> **Problem to work on**: Only the lines of the data below from the one with "e50 v23 v32 LINE" through the one with "e52 v38 v38" are wanted. Repeat them exactly.

Dataset items
*** Block opens ***

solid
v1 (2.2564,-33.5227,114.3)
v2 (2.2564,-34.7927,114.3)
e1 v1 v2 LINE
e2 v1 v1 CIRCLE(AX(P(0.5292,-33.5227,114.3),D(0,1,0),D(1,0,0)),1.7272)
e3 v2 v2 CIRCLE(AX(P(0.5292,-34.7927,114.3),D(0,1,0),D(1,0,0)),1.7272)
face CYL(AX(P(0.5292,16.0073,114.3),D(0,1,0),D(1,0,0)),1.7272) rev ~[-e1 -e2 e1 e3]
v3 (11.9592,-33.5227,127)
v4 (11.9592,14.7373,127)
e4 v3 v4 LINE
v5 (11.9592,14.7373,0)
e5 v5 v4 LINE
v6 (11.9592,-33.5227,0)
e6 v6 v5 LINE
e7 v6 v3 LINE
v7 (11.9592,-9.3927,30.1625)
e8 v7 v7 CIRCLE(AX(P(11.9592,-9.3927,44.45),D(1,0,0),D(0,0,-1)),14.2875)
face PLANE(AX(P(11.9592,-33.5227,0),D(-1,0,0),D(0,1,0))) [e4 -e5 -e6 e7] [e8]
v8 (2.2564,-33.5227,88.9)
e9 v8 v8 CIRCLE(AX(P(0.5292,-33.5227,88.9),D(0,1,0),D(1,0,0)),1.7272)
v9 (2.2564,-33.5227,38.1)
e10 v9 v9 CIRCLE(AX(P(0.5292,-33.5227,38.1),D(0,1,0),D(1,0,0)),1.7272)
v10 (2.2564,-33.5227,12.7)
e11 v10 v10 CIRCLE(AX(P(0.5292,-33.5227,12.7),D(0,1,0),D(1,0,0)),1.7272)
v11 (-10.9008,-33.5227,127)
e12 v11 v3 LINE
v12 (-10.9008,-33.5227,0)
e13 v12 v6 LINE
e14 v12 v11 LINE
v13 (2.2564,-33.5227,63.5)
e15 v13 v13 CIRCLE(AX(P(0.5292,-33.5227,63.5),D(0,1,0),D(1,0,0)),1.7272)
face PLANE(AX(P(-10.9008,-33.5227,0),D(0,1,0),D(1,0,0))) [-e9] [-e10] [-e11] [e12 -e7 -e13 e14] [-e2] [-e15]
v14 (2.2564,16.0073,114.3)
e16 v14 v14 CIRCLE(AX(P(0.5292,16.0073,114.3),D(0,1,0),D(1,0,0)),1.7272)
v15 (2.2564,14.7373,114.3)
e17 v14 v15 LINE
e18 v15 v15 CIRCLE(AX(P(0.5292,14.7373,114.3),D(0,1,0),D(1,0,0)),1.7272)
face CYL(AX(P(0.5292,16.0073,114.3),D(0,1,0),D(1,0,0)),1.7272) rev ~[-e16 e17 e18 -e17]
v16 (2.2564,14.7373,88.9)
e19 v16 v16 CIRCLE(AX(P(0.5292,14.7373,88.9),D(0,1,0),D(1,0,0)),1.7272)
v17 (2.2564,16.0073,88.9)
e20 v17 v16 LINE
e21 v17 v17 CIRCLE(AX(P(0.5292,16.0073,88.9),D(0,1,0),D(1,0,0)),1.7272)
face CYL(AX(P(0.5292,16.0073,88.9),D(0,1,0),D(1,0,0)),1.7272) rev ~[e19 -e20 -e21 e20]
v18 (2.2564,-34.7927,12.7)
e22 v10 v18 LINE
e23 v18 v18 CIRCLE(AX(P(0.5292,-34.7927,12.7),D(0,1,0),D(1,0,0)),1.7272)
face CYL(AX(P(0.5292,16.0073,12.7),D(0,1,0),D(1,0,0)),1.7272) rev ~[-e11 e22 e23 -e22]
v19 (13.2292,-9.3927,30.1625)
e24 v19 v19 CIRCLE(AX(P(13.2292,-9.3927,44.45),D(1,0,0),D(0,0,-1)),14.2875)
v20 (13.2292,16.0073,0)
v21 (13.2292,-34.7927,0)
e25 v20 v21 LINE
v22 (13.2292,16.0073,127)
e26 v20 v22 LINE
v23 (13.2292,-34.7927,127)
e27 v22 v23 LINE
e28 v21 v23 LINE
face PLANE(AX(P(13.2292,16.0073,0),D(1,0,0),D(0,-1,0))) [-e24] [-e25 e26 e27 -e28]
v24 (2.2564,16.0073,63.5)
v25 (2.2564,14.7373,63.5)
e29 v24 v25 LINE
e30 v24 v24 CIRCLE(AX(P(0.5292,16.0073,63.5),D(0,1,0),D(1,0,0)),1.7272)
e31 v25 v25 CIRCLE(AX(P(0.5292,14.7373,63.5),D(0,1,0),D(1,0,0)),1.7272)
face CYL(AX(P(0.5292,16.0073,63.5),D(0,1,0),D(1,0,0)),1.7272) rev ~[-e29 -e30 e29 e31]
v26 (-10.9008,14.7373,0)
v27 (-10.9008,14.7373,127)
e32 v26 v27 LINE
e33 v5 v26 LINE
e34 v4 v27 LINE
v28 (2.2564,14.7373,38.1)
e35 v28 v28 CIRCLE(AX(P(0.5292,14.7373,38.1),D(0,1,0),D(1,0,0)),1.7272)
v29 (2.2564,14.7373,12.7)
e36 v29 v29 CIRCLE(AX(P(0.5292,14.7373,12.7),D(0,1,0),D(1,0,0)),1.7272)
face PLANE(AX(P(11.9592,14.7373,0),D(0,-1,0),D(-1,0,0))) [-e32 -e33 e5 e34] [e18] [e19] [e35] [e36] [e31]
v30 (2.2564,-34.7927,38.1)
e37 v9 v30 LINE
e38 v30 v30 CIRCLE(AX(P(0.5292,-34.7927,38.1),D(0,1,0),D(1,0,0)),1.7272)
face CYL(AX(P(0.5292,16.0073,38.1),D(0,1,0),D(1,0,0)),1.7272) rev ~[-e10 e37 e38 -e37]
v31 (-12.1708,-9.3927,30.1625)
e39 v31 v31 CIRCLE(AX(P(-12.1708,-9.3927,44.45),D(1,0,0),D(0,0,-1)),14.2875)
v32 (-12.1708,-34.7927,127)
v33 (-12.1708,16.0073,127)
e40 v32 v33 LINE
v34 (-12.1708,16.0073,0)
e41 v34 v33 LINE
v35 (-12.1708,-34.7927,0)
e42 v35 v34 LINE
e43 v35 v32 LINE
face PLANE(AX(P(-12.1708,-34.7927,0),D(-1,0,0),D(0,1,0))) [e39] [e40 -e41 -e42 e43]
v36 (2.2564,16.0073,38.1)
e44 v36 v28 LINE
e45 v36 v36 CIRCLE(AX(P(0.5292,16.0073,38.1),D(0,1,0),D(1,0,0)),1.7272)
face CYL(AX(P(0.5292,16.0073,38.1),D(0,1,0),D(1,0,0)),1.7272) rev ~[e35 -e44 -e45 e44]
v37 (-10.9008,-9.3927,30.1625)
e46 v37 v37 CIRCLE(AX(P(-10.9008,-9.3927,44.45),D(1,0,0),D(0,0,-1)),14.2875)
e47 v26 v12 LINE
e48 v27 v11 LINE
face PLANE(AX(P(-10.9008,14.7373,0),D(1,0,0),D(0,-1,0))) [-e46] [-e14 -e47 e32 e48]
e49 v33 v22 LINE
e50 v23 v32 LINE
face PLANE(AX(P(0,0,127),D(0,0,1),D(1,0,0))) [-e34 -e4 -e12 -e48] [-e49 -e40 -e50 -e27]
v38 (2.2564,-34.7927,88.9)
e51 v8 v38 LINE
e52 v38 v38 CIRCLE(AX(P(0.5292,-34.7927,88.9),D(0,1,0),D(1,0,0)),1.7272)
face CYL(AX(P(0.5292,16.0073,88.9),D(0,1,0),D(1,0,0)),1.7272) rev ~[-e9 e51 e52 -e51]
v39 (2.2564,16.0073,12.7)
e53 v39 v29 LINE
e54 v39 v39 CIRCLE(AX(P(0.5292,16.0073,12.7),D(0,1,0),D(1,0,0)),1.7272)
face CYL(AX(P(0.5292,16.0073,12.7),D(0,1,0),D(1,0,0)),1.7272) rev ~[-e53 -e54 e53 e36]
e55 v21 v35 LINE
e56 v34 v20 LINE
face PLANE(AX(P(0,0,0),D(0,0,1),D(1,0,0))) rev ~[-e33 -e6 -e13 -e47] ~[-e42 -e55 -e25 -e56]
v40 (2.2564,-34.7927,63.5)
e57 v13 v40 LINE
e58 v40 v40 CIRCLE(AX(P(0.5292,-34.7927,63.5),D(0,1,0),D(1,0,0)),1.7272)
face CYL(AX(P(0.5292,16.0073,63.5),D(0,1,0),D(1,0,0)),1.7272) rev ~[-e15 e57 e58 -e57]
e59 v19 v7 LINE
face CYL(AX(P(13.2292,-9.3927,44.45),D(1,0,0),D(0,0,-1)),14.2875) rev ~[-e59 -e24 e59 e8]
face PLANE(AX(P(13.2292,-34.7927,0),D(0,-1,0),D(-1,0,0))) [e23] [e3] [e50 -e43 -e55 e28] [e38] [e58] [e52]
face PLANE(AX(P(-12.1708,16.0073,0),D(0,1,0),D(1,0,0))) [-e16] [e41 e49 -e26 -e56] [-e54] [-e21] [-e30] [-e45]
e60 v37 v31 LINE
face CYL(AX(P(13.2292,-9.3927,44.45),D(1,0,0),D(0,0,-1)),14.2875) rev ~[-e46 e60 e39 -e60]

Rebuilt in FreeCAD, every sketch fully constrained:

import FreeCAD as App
import Part
import Sketcher
from FreeCAD import Vector
Q = App.Units.Quantity


def add_polygon(sketch, points):
    """Adds a closed chain of lines whose ends are joined by coincident constraints."""
    first, n = sketch.GeometryCount, len(points)
    for a, b in zip(points, points[1:] + points[:1]):
        sketch.addGeometry(Part.LineSegment(App.Vector(*a, 0), App.Vector(*b, 0)), False)
    for i in range(n):
        sketch.addConstraint(Sketcher.Constraint("Coincident", first + i, 2, first + (i + 1) % n, 1))

doc = App.newDocument("Part")
body = doc.addObject("PartDesign::Body", "Body")

sketch1 = body.newObject("Sketcher::SketchObject", "Sketch")
sketch1.AttachmentSupport = (doc.getObject("XY_Plane"), [""])
sketch1.MapMode = "FlatFace"
add_polygon(sketch1, [(13, 16), (-12, 16), (-12, -35), (13, -35)])
add_polygon(sketch1, [(-11, 15), (12, 15), (12, -34), (-11, -34)])
sketch1.addConstraint([
    Sketcher.Constraint("Horizontal", 0),
    Sketcher.Constraint("Vertical", 1),
    Sketcher.Constraint("Horizontal", 2),
    Sketcher.Constraint("Vertical", 3),
    Sketcher.Constraint("Horizontal", 4),
    Sketcher.Constraint("Vertical", 5),
    Sketcher.Constraint("Horizontal", 6),
    Sketcher.Constraint("Vertical", 7),
    Sketcher.Constraint("DistanceX", 0, 2, 0, 1, Q("1 in")),
    Sketcher.Constraint("DistanceY", 1, 2, 1, 1, Q("2 in")),
    Sketcher.Constraint("DistanceX", 4, 2, 3, 2, Q("0.05 in")),
    Sketcher.Constraint("DistanceY", 4, 2, 3, 2, Q("0.05 in")),
    Sketcher.Constraint("DistanceY", 2, 2, 5, 2, Q("0.05 in")),
    Sketcher.Constraint("DistanceX", 1, 2, 6, 2, Q("0.05 in")),
    Sketcher.Constraint("DistanceY", -1, 1, 0, 2, Q("0.6302 in")),
    Sketcher.Constraint("DistanceX", 0, 2, -1, 1, 12.1708),
])
pad1 = body.newObject("PartDesign::Pad", "Pad")
pad1.Profile = sketch1
pad1.Length = Q("5 in")

sketch2 = body.newObject("Sketcher::SketchObject", "Sketch001")
sketch2.AttachmentSupport = (doc.getObject("XZ_Plane"), [""])
sketch2.MapMode = "FlatFace"
sketch2.AttachmentOffset = App.Placement(Vector(0, 0, -0.6302087 * 25.4), App.Rotation())
sketch2.addGeometry(Part.Circle(Vector(0.5, 12.7, 0), Vector(0, 0, 1), 1.7), False)
sketch2.addConstraint([
    Sketcher.Constraint("Diameter", 0, Q("0.136 in")),
    Sketcher.Constraint("DistanceY", -1, 1, 0, 3, Q("0.5 in")),
    Sketcher.Constraint("DistanceX", -1, 1, 0, 3, 0.5292),
])
pocket1 = body.newObject("PartDesign::Pocket", "Pocket")
pocket1.Profile = sketch2
pocket1.Type = "ThroughAll"
pocket1.Reversed = True
doc.recompute()

linearpattern = body.newObject("PartDesign::LinearPattern", "LinearPattern")
linearpattern.Originals = [pocket1]
linearpattern.Direction = (doc.getObject("Z_Axis"), [""])
linearpattern.Mode = "offset"
linearpattern.Offset = Q("1 in")
linearpattern.Occurrences = 13
body.Tip = linearpattern

sketch3 = body.newObject("Sketcher::SketchObject", "Sketch002")
sketch3.AttachmentSupport = (doc.getObject("YZ_Plane"), [""])
sketch3.MapMode = "FlatFace"
sketch3.AttachmentOffset = App.Placement(Vector(0, 0, 13.2292), App.Rotation())
sketch3.addGeometry(Part.Circle(Vector(-9, 44, 0), Vector(0, 0, 1), 14), False)
sketch3.addConstraint([
    Sketcher.Constraint("Diameter", 0, Q("1.125 in")),
    Sketcher.Constraint("DistanceY", -1, 1, 0, 3, Q("1.75 in")),
    Sketcher.Constraint("DistanceX", 0, 3, -1, 1, Q("0.3698 in")),
])
pocket2 = body.newObject("PartDesign::Pocket", "Pocket001")
pocket2.Profile = sketch3
pocket2.Length = Q("1 in")

doc.recompute()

*** Block closes ***

> **The completed task**:
e50 v23 v32 LINE
face PLANE(AX(P(0,0,127),D(0,0,1),D(1,0,0))) [-e34 -e4 -e12 -e48] [-e49 -e40 -e50 -e27]
v38 (2.2564,-34.7927,88.9)
e51 v8 v38 LINE
e52 v38 v38 CIRCLE(AX(P(0.5292,-34.7927,88.9),D(0,1,0),D(1,0,0)),1.7272)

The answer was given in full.